I made this a tri-state instead of a simple bool because there's an existing
(undocumented) config to handle this, and it would be weird if hg verify were
to suddenly start ignoring that config but an hg recover initiated verify
honors it. Since this uses the same config setting, it too will skip
rename verification (which requires fulltext, but not for LFS).

[1] https://www.mercurial-scm.org/pipermail/mercurial-devel/2018-April/116118.html

Diff Detail

Repository
rHG Mercurial
Lint
Automatic diff as part of commit; lint not applicable.
Unit
Automatic diff as part of commit; unit tests not applicable.

Event Timeline

mharbison72 created this revision.Dec 23 2019, 2:47 AM
pulkit added a subscriber: pulkit.Dec 23 2019, 12:06 PM
pulkit added inline comments.
hgext/lfs/__init__.py
408

IIUC, we can have a --lfs flag and --no-lfs will work.

Also by default, we may not want to verify large files content?

indygreg requested changes to this revision.Dec 23 2019, 12:32 PM
indygreg added a subscriber: indygreg.

Per Pulkit's review, please change the argument to --lfs, as --no-lfs should automatically work.

Also, I didn't realize verify.skipflags existed and exposes low-level bit flags of revlog storage. That's a massive abstraction leak and I'd be in favor of reinventing that feature so it worked based on string feature names.

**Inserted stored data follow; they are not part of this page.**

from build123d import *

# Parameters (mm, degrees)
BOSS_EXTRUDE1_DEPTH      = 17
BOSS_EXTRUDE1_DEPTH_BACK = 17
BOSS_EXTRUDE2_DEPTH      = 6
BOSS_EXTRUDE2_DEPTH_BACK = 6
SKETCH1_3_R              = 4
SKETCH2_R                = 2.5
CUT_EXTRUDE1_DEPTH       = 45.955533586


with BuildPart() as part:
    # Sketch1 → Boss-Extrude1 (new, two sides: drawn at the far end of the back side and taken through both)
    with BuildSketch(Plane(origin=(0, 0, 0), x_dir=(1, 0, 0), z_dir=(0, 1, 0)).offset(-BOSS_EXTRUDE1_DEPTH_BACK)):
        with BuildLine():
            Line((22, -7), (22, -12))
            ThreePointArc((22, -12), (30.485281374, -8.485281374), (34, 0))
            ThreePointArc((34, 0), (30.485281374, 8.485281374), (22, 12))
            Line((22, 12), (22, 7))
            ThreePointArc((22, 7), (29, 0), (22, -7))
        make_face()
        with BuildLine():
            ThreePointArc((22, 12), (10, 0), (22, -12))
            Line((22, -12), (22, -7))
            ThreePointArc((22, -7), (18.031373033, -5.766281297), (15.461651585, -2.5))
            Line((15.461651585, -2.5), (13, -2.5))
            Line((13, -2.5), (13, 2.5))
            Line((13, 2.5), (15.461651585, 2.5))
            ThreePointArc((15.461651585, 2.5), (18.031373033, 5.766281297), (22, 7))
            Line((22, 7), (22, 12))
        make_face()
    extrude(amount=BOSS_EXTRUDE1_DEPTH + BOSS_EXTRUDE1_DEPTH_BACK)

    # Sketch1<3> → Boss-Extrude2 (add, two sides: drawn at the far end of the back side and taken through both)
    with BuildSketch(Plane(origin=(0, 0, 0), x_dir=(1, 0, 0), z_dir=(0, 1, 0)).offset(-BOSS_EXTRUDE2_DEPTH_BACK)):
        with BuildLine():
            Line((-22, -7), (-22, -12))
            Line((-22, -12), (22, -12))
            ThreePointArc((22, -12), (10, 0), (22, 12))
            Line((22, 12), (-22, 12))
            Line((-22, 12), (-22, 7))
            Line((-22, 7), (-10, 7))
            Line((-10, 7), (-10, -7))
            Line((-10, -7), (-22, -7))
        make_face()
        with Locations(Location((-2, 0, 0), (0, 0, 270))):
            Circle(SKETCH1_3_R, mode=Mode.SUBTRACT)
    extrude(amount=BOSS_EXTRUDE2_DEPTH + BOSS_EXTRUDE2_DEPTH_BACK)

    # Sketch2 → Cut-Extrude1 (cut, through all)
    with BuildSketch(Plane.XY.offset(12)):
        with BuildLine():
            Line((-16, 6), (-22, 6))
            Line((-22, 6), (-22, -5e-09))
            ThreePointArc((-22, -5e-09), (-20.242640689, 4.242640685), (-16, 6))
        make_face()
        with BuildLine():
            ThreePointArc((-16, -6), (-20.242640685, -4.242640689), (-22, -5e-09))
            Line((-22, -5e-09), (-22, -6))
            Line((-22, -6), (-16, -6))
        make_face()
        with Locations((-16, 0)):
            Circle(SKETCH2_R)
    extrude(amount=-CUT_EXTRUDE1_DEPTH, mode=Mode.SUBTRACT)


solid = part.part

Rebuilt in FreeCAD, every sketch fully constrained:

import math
import FreeCAD as App
import Part
import Sketcher
Q = App.Units.Quantity

doc = App.newDocument("Part")
params = doc.addObject("Spreadsheet::Sheet", "Params")
for row, (alias, value) in enumerate([
    ("sketch1_radius", "12 mm"),
    ("sketch1_radius2", "7 mm"),
    ("sketch1_height", "5 mm"),
    ("pad1_length", "17 mm"),
    ("pad1_length2", "17 mm"),
    ("sketch2_diameter", "8 mm"),
    ("sketch2_radius", "12 mm"),
    ("sketch2_width", "44 mm"),
    ("sketch2_width2", "12 mm"),
    ("sketch2_height", "5 mm"),
    ("pad2_length", "6 mm"),
    ("pad2_length2", "6 mm"),
    ("sketch3_diameter", "5 mm"),
    ("sketch3_radius", "6 mm"),
], start=1):
    params.set(f"A{row}", alias)
    params.set(f"B{row}", "=" + value)
    params.setAlias(f"B{row}", alias)

body = doc.addObject("PartDesign::Body", "Body")

# Sketch on XZ plane
sketch1 = body.newObject("Sketcher::SketchObject", "Sketch")
sketch1.AttachmentSupport = (doc.getObject("XZ_Plane"), [""])
sketch1.MapMode = "FlatFace"
sketch1.addGeometry([
    Part.ArcOfCircle(Part.Circle(App.Vector(22, 0, 0), App.Vector(0, 0, 1), 12), math.radians(0), math.radians(90)),  # 0
    Part.ArcOfCircle(Part.Circle(App.Vector(22, 0, 0), App.Vector(0, 0, 1), 12), math.radians(-90), math.radians(0)),  # 1
    Part.ArcOfCircle(Part.Circle(App.Vector(22, 0, 0), App.Vector(0, 0, 1), 12), math.radians(90), math.radians(270)),  # 2
    Part.ArcOfCircle(Part.Circle(App.Vector(22, 0, 0), App.Vector(0, 0, 1), 7), math.radians(-90), math.radians(90)),  # 3
    Part.ArcOfCircle(Part.Circle(App.Vector(22, 0, 0), App.Vector(0, 0, 1), 7), math.radians(90), math.radians(159.075168)),  # 4
    Part.LineSegment(App.Vector(15.461652, 2.5, 0), App.Vector(13, 2.5, 0)),  # 5
    Part.LineSegment(App.Vector(13, 2.5, 0), App.Vector(13, -2.5, 0)),  # 6
    Part.LineSegment(App.Vector(13, -2.5, 0), App.Vector(15.461652, -2.5, 0)),  # 7
    Part.ArcOfCircle(Part.Circle(App.Vector(22, 0, 0), App.Vector(0, 0, 1), 7), math.radians(-159.075168), math.radians(-90)),  # 8
], False)
sketch1.addConstraint([
    Sketcher.Constraint("Tangent", 0, 1, 1, 2),
    Sketcher.Constraint("Tangent", 1, 1, 2, 2),
    Sketcher.Constraint("Tangent", 2, 1, 0, 2),
    Sketcher.Constraint("Tangent", 3, 2, 4, 1),
    Sketcher.Constraint("Coincident", 4, 2, 5, 1),
    Sketcher.Constraint("Coincident", 5, 2, 6, 1),
    Sketcher.Constraint("Coincident", 6, 2, 7, 1),
    Sketcher.Constraint("Coincident", 7, 2, 8, 1),
    Sketcher.Constraint("Tangent", 8, 2, 3, 1),
    Sketcher.Constraint("Horizontal", 5),
    Sketcher.Constraint("Vertical", 6),
    Sketcher.Constraint("Horizontal", 7),
    Sketcher.Constraint("Coincident", 3, 3, 0, 3),
    Sketcher.Constraint("Equal", 3, 4),
    Sketcher.Constraint("Equal", 4, 8),
    Sketcher.Constraint("Symmetric", 1, 1, 2, 1, -1),
    Sketcher.Constraint("PointOnObject", 0, 1, -1),
    Sketcher.Constraint("Vertical", 8, 3, 1, 1),
    Sketcher.Constraint("Vertical", 2, 1, 3, 2),
    Sketcher.Constraint("Vertical", 4, 2, 7, 2),
    Sketcher.Constraint("Vertical", 3, 2, 8, 2),
    Sketcher.Constraint("Radius", 0, Q("12 mm")),
    Sketcher.Constraint("Radius", 3, Q("7 mm")),
    Sketcher.Constraint("DistanceY", 6, 2, 6, 1, Q("5 mm")),
    Sketcher.Constraint("DistanceX", -1, 1, 0, 3, Q("22 mm")),
    Sketcher.Constraint("DistanceX", -1, 1, 5, 2, Q("13 mm")),
])
sketch1.setExpression("Constraints[21]", "Params.sketch1_radius")
sketch1.setExpression("Constraints[22]", "Params.sketch1_radius2")
sketch1.setExpression("Constraints[23]", "Params.sketch1_height")
pad1 = body.newObject("PartDesign::Pad", "Pad")
pad1.Profile = sketch1
pad1.Type = "TwoLengths"
pad1.setExpression("Length", "Params.pad1_length")
pad1.setExpression("Length2", "Params.pad1_length2")
pad1.Reversed = True

# Sketch on XZ plane
sketch2 = body.newObject("Sketcher::SketchObject", "Sketch001")
sketch2.AttachmentSupport = (doc.getObject("XZ_Plane"), [""])
sketch2.MapMode = "FlatFace"
sketch2.addGeometry([
    Part.LineSegment(App.Vector(-22, 7, 0), App.Vector(-22, 12, 0)),  # 0
    Part.LineSegment(App.Vector(-22, 12, 0), App.Vector(22, 12, 0)),  # 1
    Part.ArcOfCircle(Part.Circle(App.Vector(22, 0, 0), App.Vector(0, 0, 1), 12), math.radians(90), math.radians(270)),  # 2
    Part.LineSegment(App.Vector(22, -12, 0), App.Vector(-22, -12, 0)),  # 3
    Part.LineSegment(App.Vector(-22, -12, 0), App.Vector(-22, -7, 0)),  # 4
    Part.LineSegment(App.Vector(-22, -7, 0), App.Vector(-10, -7, 0)),  # 5
    Part.LineSegment(App.Vector(-10, -7, 0), App.Vector(-10, 7, 0)),  # 6
    Part.LineSegment(App.Vector(-10, 7, 0), App.Vector(-22, 7, 0)),  # 7
    Part.Circle(App.Vector(-2, 0, 0), App.Vector(0, 0, 1), 4),  # 8
], False)
sketch2.addConstraint([
    Sketcher.Constraint("Coincident", 0, 2, 1, 1),
    Sketcher.Constraint("Tangent", 1, 2, 2, 1),
    Sketcher.Constraint("Tangent", 2, 2, 3, 1),
    Sketcher.Constraint("Coincident", 3, 2, 4, 1),
    Sketcher.Constraint("Coincident", 4, 2, 5, 1),
    Sketcher.Constraint("Coincident", 5, 2, 6, 1),
    Sketcher.Constraint("Coincident", 6, 2, 7, 1),
    Sketcher.Constraint("Coincident", 7, 2, 0, 1),
    Sketcher.Constraint("Vertical", 0),
    Sketcher.Constraint("Horizontal", 1),
    Sketcher.Constraint("Horizontal", 3),
    Sketcher.Constraint("Vertical", 4),
    Sketcher.Constraint("Horizontal", 5),
    Sketcher.Constraint("Vertical", 6),
    Sketcher.Constraint("Horizontal", 7),
    Sketcher.Constraint("Symmetric", 0, 2, 2, 2, -1, 1),
    Sketcher.Constraint("Symmetric", 4, 2, 7, 2, -1),
    Sketcher.Constraint("PointOnObject", 8, 3, -1),
    Sketcher.Constraint("Diameter", 8, Q("8 mm")),
    Sketcher.Constraint("Radius", 2, Q("12 mm")),
    Sketcher.Constraint("DistanceX", 1, 1, 1, 2, Q("44 mm")),
    Sketcher.Constraint("DistanceX", 5, 1, 5, 2, Q("12 mm")),
    Sketcher.Constraint("DistanceY", 0, 1, 0, 2, Q("5 mm")),
    Sketcher.Constraint("DistanceX", 8, 3, -1, 1, Q("2 mm")),
])
sketch2.setExpression("Constraints[18]", "Params.sketch2_diameter")
sketch2.setExpression("Constraints[19]", "Params.sketch2_radius")
sketch2.setExpression("Constraints[20]", "Params.sketch2_width")
sketch2.setExpression("Constraints[21]", "Params.sketch2_width2")
sketch2.setExpression("Constraints[22]", "Params.sketch2_height")
pad2 = body.newObject("PartDesign::Pad", "Pad001")
pad2.Profile = sketch2
pad2.Type = "TwoLengths"
pad2.setExpression("Length", "Params.pad2_length")
pad2.setExpression("Length2", "Params.pad2_length2")
pad2.Reversed = True

# Sketch on XY plane
sketch3 = body.newObject("Sketcher::SketchObject", "Sketch002")
sketch3.AttachmentSupport = (doc.getObject("XY_Plane"), [""])
sketch3.MapMode = "FlatFace"
sketch3.AttachmentOffset = App.Placement(App.Vector(0, 0, 12), App.Rotation())
sketch3.addGeometry([
    Part.LineSegment(App.Vector(-16, 6, 0), App.Vector(-22, 6, 0)),  # 0
    Part.LineSegment(App.Vector(-22, 6, 0), App.Vector(-22, 0, 0)),  # 1
    Part.ArcOfCircle(Part.Circle(App.Vector(-16, 0, 0), App.Vector(0, 0, 1), 6), math.radians(90), math.radians(180)),  # 2
    Part.ArcOfCircle(Part.Circle(App.Vector(-16, 0, 0), App.Vector(0, 0, 1), 6), math.radians(-180), math.radians(-90)),  # 3
    Part.LineSegment(App.Vector(-22, 0, 0), App.Vector(-22, -6, 0)),  # 4
    Part.LineSegment(App.Vector(-22, -6, 0), App.Vector(-16, -6, 0)),  # 5
    Part.Circle(App.Vector(-16, 0, 0), App.Vector(0, 0, 1), 2.5),  # 6
], False)
sketch3.addConstraint([
    Sketcher.Constraint("Coincident", 0, 2, 1, 1),
    Sketcher.Constraint("Tangent", 1, 2, 2, 2),
    Sketcher.Constraint("Tangent", 2, 1, 0, 1),
    Sketcher.Constraint("Tangent", 3, 1, 4, 1),
    Sketcher.Constraint("Coincident", 4, 2, 5, 1),
    Sketcher.Constraint("Tangent", 5, 2, 3, 2),
    Sketcher.Constraint("Horizontal", 0),
    Sketcher.Constraint("Vertical", 1),
    Sketcher.Constraint("Vertical", 4),
    Sketcher.Constraint("Horizontal", 5),
    Sketcher.Constraint("Coincident", 3, 3, 2, 3),
    Sketcher.Constraint("Coincident", 6, 3, 2, 3),
    Sketcher.Constraint("Equal", 2, 3),
    Sketcher.Constraint("PointOnObject", 2, 3, -1),
    Sketcher.Constraint("Diameter", 6, Q("5 mm")),
    Sketcher.Constraint("Radius", 2, Q("6 mm")),
    Sketcher.Constraint("DistanceX", 2, 3, -1, 1, Q("16 mm")),
])
sketch3.setExpression("Constraints[14]", "Params.sketch3_diameter")
sketch3.setExpression("Constraints[15]", "Params.sketch3_radius")
pocket1 = body.newObject("PartDesign::Pocket", "Pocket")
pocket1.Profile = sketch3
pocket1.Type = "ThroughAll"

doc.recompute()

This revision now requires changes to proceed.Dec 23 2019, 12:32 PM

Per Pulkit's review, please change the argument to --lfs, as --no-lfs should automatically work.

Does my response to @pulkit change your mind any? (Not sure how familiar you are with the lfs internals- I apparently forgot a lot myself).

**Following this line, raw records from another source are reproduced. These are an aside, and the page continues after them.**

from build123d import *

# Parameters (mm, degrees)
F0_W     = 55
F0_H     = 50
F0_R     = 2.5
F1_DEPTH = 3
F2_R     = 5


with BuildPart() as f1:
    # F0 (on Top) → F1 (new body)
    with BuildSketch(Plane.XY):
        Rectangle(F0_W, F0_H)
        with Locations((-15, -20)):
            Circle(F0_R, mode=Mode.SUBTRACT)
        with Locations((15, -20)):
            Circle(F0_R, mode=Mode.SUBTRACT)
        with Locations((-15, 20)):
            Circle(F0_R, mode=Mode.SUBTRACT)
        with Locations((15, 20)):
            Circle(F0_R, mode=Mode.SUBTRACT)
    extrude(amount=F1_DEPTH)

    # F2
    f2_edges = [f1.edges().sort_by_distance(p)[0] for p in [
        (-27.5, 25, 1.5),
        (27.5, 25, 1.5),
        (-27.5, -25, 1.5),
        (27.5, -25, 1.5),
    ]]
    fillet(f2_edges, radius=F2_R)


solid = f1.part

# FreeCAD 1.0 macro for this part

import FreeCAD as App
import Part
import Sketcher

V = App.Vector
Q = App.Units.Quantity


def edges_at(feature, points):
    """Names of the edges that pass closest to the given points."""
    edges = feature.Shape.Edges
    near = lambda p: min(range(len(edges)), key=lambda i: edges[i].distToShape(Part.Vertex(*p))[0])
    return sorted({f"Edge{near(p) + 1}" for p in points})


def add_polygon(sketch, points):
    """Adds a closed chain of lines whose ends are joined by coincident constraints."""
    first, n = sketch.GeometryCount, len(points)
    for a, b in zip(points, points[1:] + points[:1]):
        sketch.addGeometry(Part.LineSegment(App.Vector(*a, 0), App.Vector(*b, 0)), False)
    for i in range(n):
        sketch.addConstraint(Sketcher.Constraint("Coincident", first + i, 2, first + (i + 1) % n, 1))

doc = App.newDocument("Part")
body = doc.addObject("PartDesign::Body", "Body")

# Sketch on XY plane
sketch1 = body.newObject("Sketcher::SketchObject", "Sketch")
sketch1.AttachmentSupport = (doc.getObject("XY_Plane"), [""])
sketch1.MapMode = "FlatFace"
add_polygon(sketch1, [(-27.5, 25), (-27.5, -25), (27.5, -25), (27.5, 25)])  # lines 0-3
sketch1.addGeometry(Part.Circle(V(-15, -20, 0), V(0, 0, 1), 2.5), False)  # 4
sketch1.addGeometry(Part.Circle(V(15, -20, 0), V(0, 0, 1), 2.5), False)  # 5
sketch1.addGeometry(Part.Circle(V(-15, 20, 0), V(0, 0, 1), 2.5), False)  # 6
sketch1.addGeometry(Part.Circle(V(15, 20, 0), V(0, 0, 1), 2.5), False)  # 7
sketch1.addConstraint([
    Sketcher.Constraint("Vertical", 0),
    Sketcher.Constraint("Horizontal", 1),
    Sketcher.Constraint("Vertical", 2),
    Sketcher.Constraint("Horizontal", 3),
    Sketcher.Constraint("Equal", 4, 5),
    Sketcher.Constraint("Equal", 5, 6),
    Sketcher.Constraint("Equal", 6, 7),
    Sketcher.Constraint("Symmetric", 5, 3, 6, 3, -1, 1),
    Sketcher.Constraint("Symmetric", 4, 3, 7, 3, -1, 1),
    Sketcher.Constraint("Symmetric", 0, 2, 2, 2, -1, 1),
    Sketcher.Constraint("Symmetric", 4, 3, 5, 3, -2),
    Sketcher.Constraint("Diameter", 4, Q("5 mm")),
    Sketcher.Constraint("DistanceX", 1, 1, 1, 2, Q("55 mm")),
    Sketcher.Constraint("DistanceY", 0, 2, 0, 1, Q("50 mm")),
    Sketcher.Constraint("DistanceX", 4, 3, -1, 1, Q("15 mm")),
    Sketcher.Constraint("DistanceY", 4, 3, -1, 1, Q("20 mm")),
])
pad1 = body.newObject("PartDesign::Pad", "Pad")
pad1.Profile = sketch1
pad1.Length = 3
doc.recompute()

fillet = body.newObject("PartDesign::Fillet", "Fillet")
fillet.Base = (pad1, edges_at(pad1, [
    (-27.5, 25, 1.5),
    (27.5, 25, 1.5),
    (-27.5, -25, 1.5),
    (27.5, -25, 1.5),
]))
fillet.Radius = 5

doc.recompute()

Also, I didn't realize verify.skipflags existed and exposes low-level bit flags of revlog storage. That's a massive abstraction leak and I'd be in favor of reinventing that feature so it worked based on string feature names.

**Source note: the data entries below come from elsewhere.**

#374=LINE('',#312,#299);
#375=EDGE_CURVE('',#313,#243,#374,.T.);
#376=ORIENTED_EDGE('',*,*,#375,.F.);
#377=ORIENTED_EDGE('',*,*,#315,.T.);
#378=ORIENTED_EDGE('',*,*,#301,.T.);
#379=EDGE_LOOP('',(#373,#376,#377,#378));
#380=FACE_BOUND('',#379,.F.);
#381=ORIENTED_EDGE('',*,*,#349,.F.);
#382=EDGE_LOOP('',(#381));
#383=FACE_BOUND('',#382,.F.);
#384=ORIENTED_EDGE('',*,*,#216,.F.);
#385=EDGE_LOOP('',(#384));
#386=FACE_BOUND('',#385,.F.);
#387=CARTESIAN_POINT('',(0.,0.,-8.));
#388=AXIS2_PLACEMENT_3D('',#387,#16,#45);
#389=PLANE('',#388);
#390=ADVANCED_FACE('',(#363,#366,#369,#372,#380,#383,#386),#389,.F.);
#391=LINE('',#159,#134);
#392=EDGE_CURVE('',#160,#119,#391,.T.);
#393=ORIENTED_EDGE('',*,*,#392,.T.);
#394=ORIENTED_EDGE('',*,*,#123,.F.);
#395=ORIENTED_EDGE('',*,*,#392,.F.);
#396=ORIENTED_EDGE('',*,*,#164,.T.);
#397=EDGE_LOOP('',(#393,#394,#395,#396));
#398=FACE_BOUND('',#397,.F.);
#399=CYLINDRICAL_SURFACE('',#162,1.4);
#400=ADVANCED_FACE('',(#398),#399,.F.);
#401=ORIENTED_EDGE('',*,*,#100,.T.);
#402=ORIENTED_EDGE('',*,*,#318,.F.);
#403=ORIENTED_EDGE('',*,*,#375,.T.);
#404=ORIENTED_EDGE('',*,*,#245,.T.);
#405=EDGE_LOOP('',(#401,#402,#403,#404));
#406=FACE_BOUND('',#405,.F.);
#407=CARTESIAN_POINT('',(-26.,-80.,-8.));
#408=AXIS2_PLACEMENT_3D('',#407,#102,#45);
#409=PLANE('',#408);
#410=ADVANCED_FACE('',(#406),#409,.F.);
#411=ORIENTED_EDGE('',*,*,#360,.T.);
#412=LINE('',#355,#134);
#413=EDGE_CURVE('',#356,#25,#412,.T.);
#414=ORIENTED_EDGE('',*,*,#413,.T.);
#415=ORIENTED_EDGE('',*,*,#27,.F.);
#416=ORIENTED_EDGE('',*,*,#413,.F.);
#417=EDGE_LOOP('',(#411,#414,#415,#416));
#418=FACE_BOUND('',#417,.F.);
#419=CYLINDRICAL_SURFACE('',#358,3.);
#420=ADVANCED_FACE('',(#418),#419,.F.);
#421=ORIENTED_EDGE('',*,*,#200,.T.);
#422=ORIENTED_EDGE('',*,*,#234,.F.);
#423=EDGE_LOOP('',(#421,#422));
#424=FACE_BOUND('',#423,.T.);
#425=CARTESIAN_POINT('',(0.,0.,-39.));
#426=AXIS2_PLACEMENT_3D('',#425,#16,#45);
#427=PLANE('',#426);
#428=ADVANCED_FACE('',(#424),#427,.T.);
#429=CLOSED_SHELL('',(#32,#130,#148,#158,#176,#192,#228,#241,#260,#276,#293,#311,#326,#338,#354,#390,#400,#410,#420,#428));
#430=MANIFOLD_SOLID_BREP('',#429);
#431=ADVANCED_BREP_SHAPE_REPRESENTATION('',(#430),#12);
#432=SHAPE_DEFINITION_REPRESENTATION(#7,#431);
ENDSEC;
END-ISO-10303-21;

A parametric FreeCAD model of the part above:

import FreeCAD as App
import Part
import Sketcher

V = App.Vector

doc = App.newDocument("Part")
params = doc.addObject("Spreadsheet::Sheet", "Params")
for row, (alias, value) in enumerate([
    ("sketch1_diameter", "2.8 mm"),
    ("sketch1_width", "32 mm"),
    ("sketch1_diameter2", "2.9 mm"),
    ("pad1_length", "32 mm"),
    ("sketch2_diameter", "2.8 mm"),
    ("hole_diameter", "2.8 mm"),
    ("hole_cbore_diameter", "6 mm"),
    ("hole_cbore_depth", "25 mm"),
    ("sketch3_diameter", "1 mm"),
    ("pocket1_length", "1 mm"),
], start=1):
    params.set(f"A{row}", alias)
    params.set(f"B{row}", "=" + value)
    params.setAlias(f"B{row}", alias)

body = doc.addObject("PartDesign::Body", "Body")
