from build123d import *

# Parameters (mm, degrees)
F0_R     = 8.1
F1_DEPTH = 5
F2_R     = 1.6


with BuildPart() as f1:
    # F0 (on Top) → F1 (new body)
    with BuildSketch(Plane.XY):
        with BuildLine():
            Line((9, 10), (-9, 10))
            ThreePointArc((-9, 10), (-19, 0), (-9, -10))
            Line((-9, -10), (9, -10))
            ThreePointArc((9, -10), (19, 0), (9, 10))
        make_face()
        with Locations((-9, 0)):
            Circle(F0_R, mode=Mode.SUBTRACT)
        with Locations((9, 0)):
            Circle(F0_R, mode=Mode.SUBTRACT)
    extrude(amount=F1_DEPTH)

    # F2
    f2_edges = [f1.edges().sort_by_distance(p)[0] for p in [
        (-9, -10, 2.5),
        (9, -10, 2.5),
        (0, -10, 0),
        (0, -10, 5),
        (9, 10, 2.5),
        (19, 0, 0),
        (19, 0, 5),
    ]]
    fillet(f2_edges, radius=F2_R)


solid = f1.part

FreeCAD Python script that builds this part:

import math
import FreeCAD as App
import Part
import Sketcher
from FreeCAD import Vector


def edges_at(feature, points):
    """Names of the edges that pass closest to the given points."""
    edges = feature.Shape.Edges
    near = lambda p: min(range(len(edges)), key=lambda i: edges[i].distToShape(Part.Vertex(*p))[0])
    return sorted({f"Edge{near(p) + 1}" for p in points})

doc = App.newDocument("Part")
params = doc.addObject("Spreadsheet::Sheet", "Params")
for row, (alias, value) in enumerate([
    ("sketch1_radius", "10 mm"),
    ("sketch1_diameter", "16.2 mm"),
    ("sketch1_width", "18 mm"),
    ("pad1_length", "5 mm"),
    ("fillet_radius", "1.6 mm"),
], start=1):
    params.set(f"A{row}", alias)
    params.set(f"B{row}", "=" + value)
    params.setAlias(f"B{row}", alias)

body = doc.addObject("PartDesign::Body", "Body")

# Sketch on XY plane
sketch1 = body.newObject("Sketcher::SketchObject", "Sketch")
sketch1.AttachmentSupport = (doc.getObject("XY_Plane"), [""])
sketch1.MapMode = "FlatFace"
sketch1.addGeometry([
    Part.LineSegment(Vector(9, 10, 0), Vector(-9, 10, 0)),  # 0
    Part.ArcOfCircle(Part.Circle(Vector(-9, 0, 0), Vector(0, 0, 1), 10), math.radians(90), math.radians(270)),  # 1
    Part.LineSegment(Vector(-9, -10, 0), Vector(9, -10, 0)),  # 2
    Part.ArcOfCircle(Part.Circle(Vector(9, 0, 0), Vector(0, 0, 1), 10), math.radians(-90), math.radians(90)),  # 3
    Part.Circle(Vector(-9, 0, 0), Vector(0, 0, 1), 8.1),  # 4
    Part.Circle(Vector(9, 0, 0), Vector(0, 0, 1), 8.1),  # 5
], False)
sketch1.addConstraint([
    Sketcher.Constraint("Tangent", 0, 2, 1, 1),
    Sketcher.Constraint("Tangent", 1, 2, 2, 1),
    Sketcher.Constraint("Tangent", 2, 2, 3, 1),
    Sketcher.Constraint("Tangent", 3, 2, 0, 1),
    Sketcher.Constraint("Horizontal", 0),
    Sketcher.Constraint("Horizontal", 2),
    Sketcher.Constraint("Coincident", 4, 3, 1, 3),
    Sketcher.Constraint("Coincident", 5, 3, 3, 3),
    Sketcher.Constraint("Equal", 4, 5),
    Sketcher.Constraint("Symmetric", 1, 3, 3, 3, -1, 1),
    Sketcher.Constraint("Radius", 1, 10.0),
    Sketcher.Constraint("Diameter", 4, 16.2),
    Sketcher.Constraint("DistanceX", 0, 2, 0, 1, 18.0),
])
sketch1.setExpression("Constraints[10]", "Params.sketch1_radius")
sketch1.setExpression("Constraints[11]", "Params.sketch1_diameter")
sketch1.setExpression("Constraints[12]", "Params.sketch1_width")
pad1 = body.newObject("PartDesign::Pad", "Pad")
pad1.Profile = sketch1
pad1.setExpression("Length", "Params.pad1_length")
doc.recompute()

fillet = body.newObject("PartDesign::Fillet", "Fillet")
fillet.Base = (pad1, edges_at(pad1, [
    (-9, -10, 2.5),
    (9, -10, 2.5),
    (0, -10, 0),
    (0, -10, 5),
    (9, 10, 2.5),
    (19, 0, 0),
    (19, 0, 5),
]))
fillet.setExpression("Radius", "Params.fillet_radius")

doc.recompute()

Any thumbnail sketch of what this should look like? Having to know that things are externally stored or that rename checking has special requirements for example, also seems leaky to a lesser degree. I was surprised that revlog bits were being passed around like this too. My plan is/was to add an lfs configbool that's documented, which could toggle this on or off, so users don't need to know bit patterns. (I was also surprised that hex numbers in the config don't work, and it pukes when you fetch the value.) Obviously I wouldn't want the lack of --lfs or --no-lfs to override this. IDK if it's better to have an LFS config for it's bit, and then another for that other bit... or some setting that is a list of skip names. I assume whatever pattern is designed here would influence the internal replacement.

hgext/lfs/__init__.py
408

The way it is now, both --lfs and --no-lfs are accepted. I actually started with --lfs, defaulting to on, but then changed it and forget why. I'll try to figure that out today, but it may have been the code was simpler when defaulting to verifying the blobs and honoring the config setting. It may have also had to do with shifting to verifying the locally accessible blobs later in the series. I didn't want to over complicate things with --none, --local-only, and --all. The options with largefiles are kind of annoying. I guess the question is, "What would an average user who doesn't know hg internals want/understand?"

As far as defaulting to *not* verifying blobs, I'm uncertain. I'd think that verifying local blobs wouldn't add much overhead. But the deciding factor for me was that there's no way to verify the content in the revlog without verifying the blob itself- the stored hash in the revlog is for the blob, not the stored JSON data. That's why I asked in IRC the other day about how strong the guarantees are about repo integrity after running a verify. IIRC, largefiles doesn't verify content by default, but it will at least make sure the revlog for the standin file is OK.

mharbison72 requested review of this revision.Jan 8 2020, 11:37 PM

Setting this back to wanting a review because I suspect my response questions were overlooked with vacations, and it won't show up in anybody's dashboard otherwise.

pulkit accepted this revision.Jan 14 2020, 10:01 AM
This revision was not accepted when it landed; it landed in state Needs Review.
This revision was automatically updated to reflect the committed changes.